The title If We Could Get Some More Cocaine I Could Show You How I Love You will win no prizes for brevity and does rather shout ‘fringe theatre’ but the play itself deserves to be seen by as wide an audience as possible.
It is a moving, witty, compelling and utterly authentic story of two young gay men in small-town Ireland. It is a short play, around 75 minutes long, but playwright John O’Donovan manages to survey Irish society both pre- and post-Celtic Tiger and find it wanting.
The play opens with two masked men clambering onto a roof to escape the police – cleverly and economically evoked with sound and lights (Jon McLeod Sound Designer and Derek Anderson Lighting Designer). As they remove their masks we discover that one is black, the other white. As they speak we realise that one is English, the other Irish. As the play unfolds, we find out how they ended up there and whether they will ever be able to escape.
Mikey (Alan Mahon) and Casey (Ammar Dufus) have just broken into a petrol station, broken a hurley over the attendant’s head, but managed to steal just 20 Euro and a few sweets.

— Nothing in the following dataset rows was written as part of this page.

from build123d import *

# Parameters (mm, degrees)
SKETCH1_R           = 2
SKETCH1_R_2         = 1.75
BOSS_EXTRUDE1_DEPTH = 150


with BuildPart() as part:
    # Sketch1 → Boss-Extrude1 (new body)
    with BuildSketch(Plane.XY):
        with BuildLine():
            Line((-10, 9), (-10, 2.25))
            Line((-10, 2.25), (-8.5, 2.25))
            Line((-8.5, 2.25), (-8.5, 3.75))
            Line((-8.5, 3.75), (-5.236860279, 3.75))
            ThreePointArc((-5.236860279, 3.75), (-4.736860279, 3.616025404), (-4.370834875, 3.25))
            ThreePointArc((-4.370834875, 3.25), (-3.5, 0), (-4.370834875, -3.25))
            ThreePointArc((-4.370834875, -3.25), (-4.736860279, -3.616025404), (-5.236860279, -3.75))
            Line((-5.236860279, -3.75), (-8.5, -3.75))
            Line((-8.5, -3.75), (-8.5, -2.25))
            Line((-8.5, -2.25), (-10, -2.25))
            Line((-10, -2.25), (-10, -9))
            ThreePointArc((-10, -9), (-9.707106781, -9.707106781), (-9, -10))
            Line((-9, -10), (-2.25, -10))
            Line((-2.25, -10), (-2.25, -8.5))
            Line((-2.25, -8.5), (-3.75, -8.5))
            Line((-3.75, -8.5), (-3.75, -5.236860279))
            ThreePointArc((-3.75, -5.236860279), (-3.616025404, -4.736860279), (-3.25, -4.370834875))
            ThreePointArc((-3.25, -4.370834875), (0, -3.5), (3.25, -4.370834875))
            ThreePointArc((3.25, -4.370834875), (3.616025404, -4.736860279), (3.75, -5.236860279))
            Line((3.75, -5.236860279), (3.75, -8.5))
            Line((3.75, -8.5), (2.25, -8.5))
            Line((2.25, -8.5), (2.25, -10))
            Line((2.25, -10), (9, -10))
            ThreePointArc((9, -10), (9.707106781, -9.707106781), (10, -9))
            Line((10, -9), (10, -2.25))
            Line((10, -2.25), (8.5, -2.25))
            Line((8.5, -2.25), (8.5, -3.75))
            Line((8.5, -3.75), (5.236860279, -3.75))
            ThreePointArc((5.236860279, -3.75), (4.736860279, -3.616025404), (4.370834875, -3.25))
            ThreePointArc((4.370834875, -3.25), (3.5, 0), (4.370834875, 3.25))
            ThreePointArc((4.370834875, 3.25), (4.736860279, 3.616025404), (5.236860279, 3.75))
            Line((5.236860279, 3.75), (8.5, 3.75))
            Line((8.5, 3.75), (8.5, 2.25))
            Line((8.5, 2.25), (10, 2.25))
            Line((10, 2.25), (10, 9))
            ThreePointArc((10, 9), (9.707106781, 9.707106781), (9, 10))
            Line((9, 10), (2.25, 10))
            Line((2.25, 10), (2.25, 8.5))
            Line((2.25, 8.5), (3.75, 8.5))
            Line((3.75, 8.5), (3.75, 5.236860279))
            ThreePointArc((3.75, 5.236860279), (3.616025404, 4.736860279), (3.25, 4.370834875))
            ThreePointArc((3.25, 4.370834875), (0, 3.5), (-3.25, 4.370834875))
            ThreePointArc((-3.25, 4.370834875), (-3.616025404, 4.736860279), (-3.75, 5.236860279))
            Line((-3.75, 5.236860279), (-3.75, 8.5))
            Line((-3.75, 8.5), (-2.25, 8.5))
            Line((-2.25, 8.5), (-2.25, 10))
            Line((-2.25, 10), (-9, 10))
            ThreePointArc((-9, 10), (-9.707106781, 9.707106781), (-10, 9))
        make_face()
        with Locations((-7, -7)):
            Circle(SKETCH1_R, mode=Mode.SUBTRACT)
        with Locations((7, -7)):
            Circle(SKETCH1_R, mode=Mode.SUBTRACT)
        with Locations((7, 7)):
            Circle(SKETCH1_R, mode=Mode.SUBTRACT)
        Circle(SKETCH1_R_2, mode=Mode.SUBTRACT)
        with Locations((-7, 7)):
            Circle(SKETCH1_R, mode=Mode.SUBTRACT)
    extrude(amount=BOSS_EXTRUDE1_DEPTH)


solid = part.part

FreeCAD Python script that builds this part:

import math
import FreeCAD as App
import Part
import Sketcher

V = App.Vector

doc = App.newDocument("Part")
body = doc.addObject("PartDesign::Body", "Body")

# Sketch on XY plane
sketch1 = body.newObject("Sketcher::SketchObject", "Sketch")
sketch1.AttachmentSupport = (doc.getObject("XY_Plane"), [""])
sketch1.MapMode = "FlatFace"
sketch1.addGeometry([
    Part.LineSegment(V(-10, 9, 0), V(-10, 2.25, 0)),  # 0
    Part.LineSegment(V(-10, 2.25, 0), V(-8.5, 2.25, 0)),  # 1
    Part.LineSegment(V(-8.5, 2.25, 0), V(-8.5, 3.75, 0)),  # 2
    Part.LineSegment(V(-8.5, 3.75, 0), V(-5.23686, 3.75, 0)),  # 3
    Part.ArcOfCircle(Part.Circle(V(-5.23686, 2.75, 0), V(0, 0, 1), 1), math.radians(30), math.radians(90)),  # 4
    Part.ArcOfCircle(Part.Circle(V(-10, 0, 0), V(0, 0, 1), 6.5), math.radians(-30), math.radians(30)),  # 5
    Part.ArcOfCircle(Part.Circle(V(-5.23686, -2.75, 0), V(0, 0, 1), 1), math.radians(-90), math.radians(-30)),  # 6
    Part.LineSegment(V(-5.23686, -3.75, 0), V(-8.5, -3.75, 0)),  # 7
    Part.LineSegment(V(-8.5, -3.75, 0), V(-8.5, -2.25, 0)),  # 8
    Part.LineSegment(V(-8.5, -2.25, 0), V(-10, -2.25, 0)),  # 9
    Part.LineSegment(V(-10, -2.25, 0), V(-10, -9, 0)),  # 10
    Part.ArcOfCircle(Part.Circle(V(-9, -9, 0), V(0, 0, 1), 1), math.radians(-180), math.radians(-90)),  # 11
    Part.LineSegment(V(-9, -10, 0), V(-2.25, -10, 0)),  # 12
    Part.LineSegment(V(-2.25, -10, 0), V(-2.25, -8.5, 0)),  # 13
    Part.LineSegment(V(-2.25, -8.5, 0), V(-3.75, -8.5, 0)),  # 14
    Part.LineSegment(V(-3.75, -8.5, 0), V(-3.75, -5.23686, 0)),  # 15
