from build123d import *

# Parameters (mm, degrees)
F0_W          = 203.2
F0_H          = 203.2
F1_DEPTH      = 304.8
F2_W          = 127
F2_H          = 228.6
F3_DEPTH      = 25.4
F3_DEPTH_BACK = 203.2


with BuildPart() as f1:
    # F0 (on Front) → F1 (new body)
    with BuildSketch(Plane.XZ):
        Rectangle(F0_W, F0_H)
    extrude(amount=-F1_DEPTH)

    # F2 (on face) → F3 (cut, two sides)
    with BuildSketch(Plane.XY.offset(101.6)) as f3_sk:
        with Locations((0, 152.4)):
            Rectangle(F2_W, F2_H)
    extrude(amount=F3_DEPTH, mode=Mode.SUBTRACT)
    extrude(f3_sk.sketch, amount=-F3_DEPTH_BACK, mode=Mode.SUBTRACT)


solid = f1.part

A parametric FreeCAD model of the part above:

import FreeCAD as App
import Part
import Sketcher
Q = App.Units.Quantity

doc = App.newDocument("Part")
params = doc.addObject("Spreadsheet::Sheet", "Params")
for row, (alias, value) in enumerate([
    ("sketch1_width", "8 in"),
    ("pad1_length", "12 in"),
    ("sketch2_width", "5 in"),
    ("sketch2_height", "9 in"),
], start=1):
    params.set(f"A{row}", alias)
    params.set(f"B{row}", "=" + value)
    params.setAlias(f"B{row}", alias)

body = doc.addObject("PartDesign::Body", "Body")

sketch1 = body.newObject("Sketcher::SketchObject", "Sketch")
sketch1.AttachmentSupport = (doc.getObject("XZ_Plane"), [""])
sketch1.MapMode = "FlatFace"
sketch1.addGeometry(Part.LineSegment(App.Vector(-102, 102, 0), App.Vector(-102, -102, 0)), False)
sketch1.addGeometry(Part.LineSegment(App.Vector(-102, -102, 0), App.Vector(102, -102, 0)), False)
sketch1.addGeometry(Part.LineSegment(App.Vector(102, -102, 0), App.Vector(102, 102, 0)), False)
sketch1.addGeometry(Part.LineSegment(App.Vector(102, 102, 0), App.Vector(-102, 102, 0)), False)
sketch1.addConstraint(Sketcher.Constraint("Coincident", 0, 2, 1, 1))
sketch1.addConstraint(Sketcher.Constraint("Coincident", 1, 2, 2, 1))
sketch1.addConstraint(Sketcher.Constraint("Coincident", 2, 2, 3, 1))
sketch1.addConstraint(Sketcher.Constraint("Coincident", 3, 2, 0, 1))
sketch1.addConstraint(Sketcher.Constraint("Vertical", 0))
sketch1.addConstraint(Sketcher.Constraint("Horizontal", 1))
sketch1.addConstraint(Sketcher.Constraint("Vertical", 2))
sketch1.addConstraint(Sketcher.Constraint("Horizontal", 3))
sketch1.addConstraint(Sketcher.Constraint("Symmetric", 0, 2, 2, 2, -1, 1))
sketch1.addConstraint(Sketcher.Constraint("Equal", 3, 0))
sketch1.addConstraint(Sketcher.Constraint("DistanceX", 1, 1, 1, 2, Q("8 in")))
sketch1.setExpression("Constraints[10]", "Params.sketch1_width")
pad1 = body.newObject("PartDesign::Pad", "Pad")
pad1.Profile = sketch1
pad1.setExpression("Length", "Params.pad1_length")
pad1.Reversed = True

sketch2 = body.newObject("Sketcher::SketchObject", "Sketch001")
sketch2.AttachmentSupport = (doc.getObject("XY_Plane"), [""])
sketch2.MapMode = "FlatFace"
sketch2.AttachmentOffset = App.Placement(App.Vector(0, 0, 4 * 25.4), App.Rotation())
sketch2.addGeometry(Part.LineSegment(App.Vector(-64, 267, 0), App.Vector(-64, 38, 0)), False)
sketch2.addGeometry(Part.LineSegment(App.Vector(-64, 38, 0), App.Vector(64, 38, 0)), False)
sketch2.addGeometry(Part.LineSegment(App.Vector(64, 38, 0), App.Vector(64, 267, 0)), False)
sketch2.addGeometry(Part.LineSegment(App.Vector(64, 267, 0), App.Vector(-64, 267, 0)), False)
sketch2.addConstraint(Sketcher.Constraint("Coincident", 0, 2, 1, 1))
sketch2.addConstraint(Sketcher.Constraint("Coincident", 1, 2, 2, 1))
sketch2.addConstraint(Sketcher.Constraint("Coincident", 2, 2, 3, 1))
sketch2.addConstraint(Sketcher.Constraint("Coincident", 3, 2, 0, 1))
sketch2.addConstraint(Sketcher.Constraint("Vertical", 0))
sketch2.addConstraint(Sketcher.Constraint("Horizontal", 1))
sketch2.addConstraint(Sketcher.Constraint("Vertical", 2))
sketch2.addConstraint(Sketcher.Constraint("Horizontal", 3))
sketch2.addConstraint(Sketcher.Constraint("DistanceX", 1, 1, 1, 2, Q("5 in")))
sketch2.addConstraint(Sketcher.Constraint("DistanceY", 0, 2, 0, 1, Q("9 in")))
sketch2.addConstraint(Sketcher.Constraint("DistanceX", 0, 2, -1, 1, Q("2.5 in")))
sketch2.addConstraint(Sketcher.Constraint("DistanceY", -1, 1, 0, 2, Q("1.5 in")))
sketch2.setExpression("Constraints[8]", "Params.sketch2_width")
sketch2.setExpression("Constraints[9]", "Params.sketch2_height")
pocket1 = body.newObject("PartDesign::Pocket", "Pocket")
pocket1.Profile = sketch2
pocket1.Type = "ThroughAll"
pocket1.Midplane = True

doc.recompute()
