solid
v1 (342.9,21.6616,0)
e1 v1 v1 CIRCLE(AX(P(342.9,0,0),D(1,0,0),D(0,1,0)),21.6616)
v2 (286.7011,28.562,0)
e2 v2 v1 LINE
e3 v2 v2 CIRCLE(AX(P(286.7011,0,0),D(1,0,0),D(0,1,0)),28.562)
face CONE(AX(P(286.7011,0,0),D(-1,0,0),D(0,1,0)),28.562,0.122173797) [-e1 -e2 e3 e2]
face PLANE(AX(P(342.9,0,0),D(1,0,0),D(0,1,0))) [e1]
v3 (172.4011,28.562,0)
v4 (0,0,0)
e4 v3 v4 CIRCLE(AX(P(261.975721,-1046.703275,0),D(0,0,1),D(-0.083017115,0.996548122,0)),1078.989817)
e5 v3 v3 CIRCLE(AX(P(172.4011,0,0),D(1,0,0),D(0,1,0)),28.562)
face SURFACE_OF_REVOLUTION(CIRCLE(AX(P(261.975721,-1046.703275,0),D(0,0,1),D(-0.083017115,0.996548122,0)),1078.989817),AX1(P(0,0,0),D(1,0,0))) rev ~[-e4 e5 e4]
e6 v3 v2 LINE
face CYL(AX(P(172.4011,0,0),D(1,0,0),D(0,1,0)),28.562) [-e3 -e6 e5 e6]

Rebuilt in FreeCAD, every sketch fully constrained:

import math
import FreeCAD as App
import Part
import Sketcher

V = App.Vector
Q = App.Units.Quantity

doc = App.newDocument("Part")
params = doc.addObject("Spreadsheet::Sheet", "Params")
for row, (alias, value) in enumerate([
    ("sketch1_width", "13.5 in"),
    ("sketch1_width2", "4.5 in"),
    ("revolution_angle", "360 deg"),
], start=1):
    params.set(f"A{row}", alias)
    params.set(f"B{row}", "=" + value)
    params.setAlias(f"B{row}", alias)

body = doc.addObject("PartDesign::Body", "Body")

# Sketch on XY plane
sketch1 = body.newObject("Sketcher::SketchObject", "Sketch")
sketch1.AttachmentSupport = (doc.getObject("XY_Plane"), [""])
sketch1.MapMode = "FlatFace"
sketch1.addGeometry([
    Part.ArcOfCircle(Part.Circle(V(261.9756, -1046.7023, 0), V(0, 0, 1), 1078.988835), math.radians(94.762009), math.radians(104.0517)),  # 0
    Part.LineSegment(V(0, 0, 0), V(342.9, 0, 0)),  # 1
    Part.LineSegment(V(342.9, 0, 0), V(342.9, 21.6616, 0)),  # 2
    Part.LineSegment(V(342.9, 21.6616, 0), V(286.7011, 28.562, 0)),  # 3
    Part.LineSegment(V(286.7011, 28.562, 0), V(172.4011, 28.562, 0)),  # 4
], False)
sketch1.addConstraint([
    Sketcher.Constraint("Coincident", 0, 2, 1, 1),
    Sketcher.Constraint("Coincident", 1, 2, 2, 1),
    Sketcher.Constraint("Coincident", 2, 2, 3, 1),
    Sketcher.Constraint("Coincident", 3, 2, 4, 1),
    Sketcher.Constraint("Coincident", 4, 2, 0, 1),
    Sketcher.Constraint("Horizontal", 1),
    Sketcher.Constraint("Vertical", 2),
    Sketcher.Constraint("Horizontal", 4),
    Sketcher.Constraint("PointOnObject", 1, 2, -1),
    Sketcher.Constraint("DistanceX", 1, 1, 1, 2, Q("13.5 in")),
    Sketcher.Constraint("DistanceX", 4, 2, 4, 1, Q("4.5 in")),
    Sketcher.Constraint("DistanceX", -1, 1, 1, 2, Q("13.5 in")),
    Sketcher.Constraint("DistanceX", -1, 1, 0, 3, Q("10.314 in")),
    Sketcher.Constraint("Angle", 3, Q("173 deg")),
    Sketcher.Constraint("DistanceY", 0, 3, -1, 1, Q("1046.7023 mm")),
    Sketcher.Constraint("DistanceY", 2, 1, 2, 2, Q("21.6616 mm")),
])
sketch1.setExpression("Constraints[9]", "Params.sketch1_width")
sketch1.setExpression("Constraints[10]", "Params.sketch1_width2")
revolution = body.newObject("PartDesign::Revolution", "Revolution")
revolution.Profile = sketch1
revolution.ReferenceAxis = (sketch1, ["H_Axis"])
revolution.setExpression("Angle", "Params.revolution_angle")

doc.recompute()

They have also broken into the house they are hiding out on, which turns out to be Casey’s own house. In fact the whole enterprise has been Casey’s idea, who is desperate to get some money together, for reasons that become apparent.
Veering from hilarious to heart-breaking, the play is driven by a high-energy performance by Alan Mahon as Mikey, the cock-of-the-walk man-about-town in Ennis, County Clare, who knows everyone in the way that people do, but his life has been spent teetering on the edge of jail. He has a temper, but mostly keeps that in check when he is with Casey, whom he clearly loves more deeply than he can express. Casey is an outsider on many counts – in a typical all-white Irish environment, he is black, he is English, and he is gay. He explains how he can never quite fit in to banter with the other lads – it’s like when a girl joins the group and they try to keep it going but it always just goes quiet. To compound matters further the home he shares with his Mum and her boyfriend Bobby is no safe haven – Bobby is violent towards him and his Mother always seem to prioritise her boyfriend’s desires over his. The only real love in his life is Mikey, but even there he is forced to pretend that he has a girlfriend to avoid further physical abuse from Bobby.
The language of the play is distinctly Irish. Even Casey uses the local vocabulary having lived in Ennis for six years – he knows, for example, that the stick they broke over the petrol station guy’s head is called a hurley – although his English accent remains intact. I would have expected him to have picked up some of the local inflections as well, but that is a minor complaint in an evening that is generally pitch-perfect.
The play is set in a confined space from which the characters need to get away – once they have shaken off the Gardaí, they have a Halloween party to go to – but of course it is also a microcosm of the wider world they inhabit. Mikey needs to escape from the endless cycle of petty crime and violence which will inevitably lead to the greater confinement of prison. Casey needs to escape from a violent home and a town where he feels like he will never properly fit in.
Mikey is frustrated with the classic Irish solution of moving away, whether to Dublin or London – isn’t it braver to actually stay where you are and fight? This is personal for him – he eventually admits that the party they are going to is his former boyfriend Paul’s engagement party. He escaped to the relevant anonymity of Dublin where being gay is easier than in Ennis, where you are, as Mikey says, a one-man Pride parade every day. He is dismissive of the idea of gay marriage, ‘making a show of yourself’, and outraged that the very people who used to beat him up are now making money in their hotels and bars from their erstwhile victims with their new-found freedom to be openly gay. He hates his own situation as well, pretending to be ‘friends’ with Casey, jealous of Casey’s ‘girlfriend’, but he thinks moving away would be taking the easy way out.
There are no easy answers to the problems these characters face, maybe no answers at all. But the ending is an affirmation of the power of love – indeed they have had plenty of cocaine and they do end up showing how they love each other. It leaves them, and us, hovering on the brink of further possibilities.
Simon Ward
If We CouldGet Some More Cocaine I Could Show You How I Love You runs at The Old Red Lion until 24th September and performances begin at 7.30pm.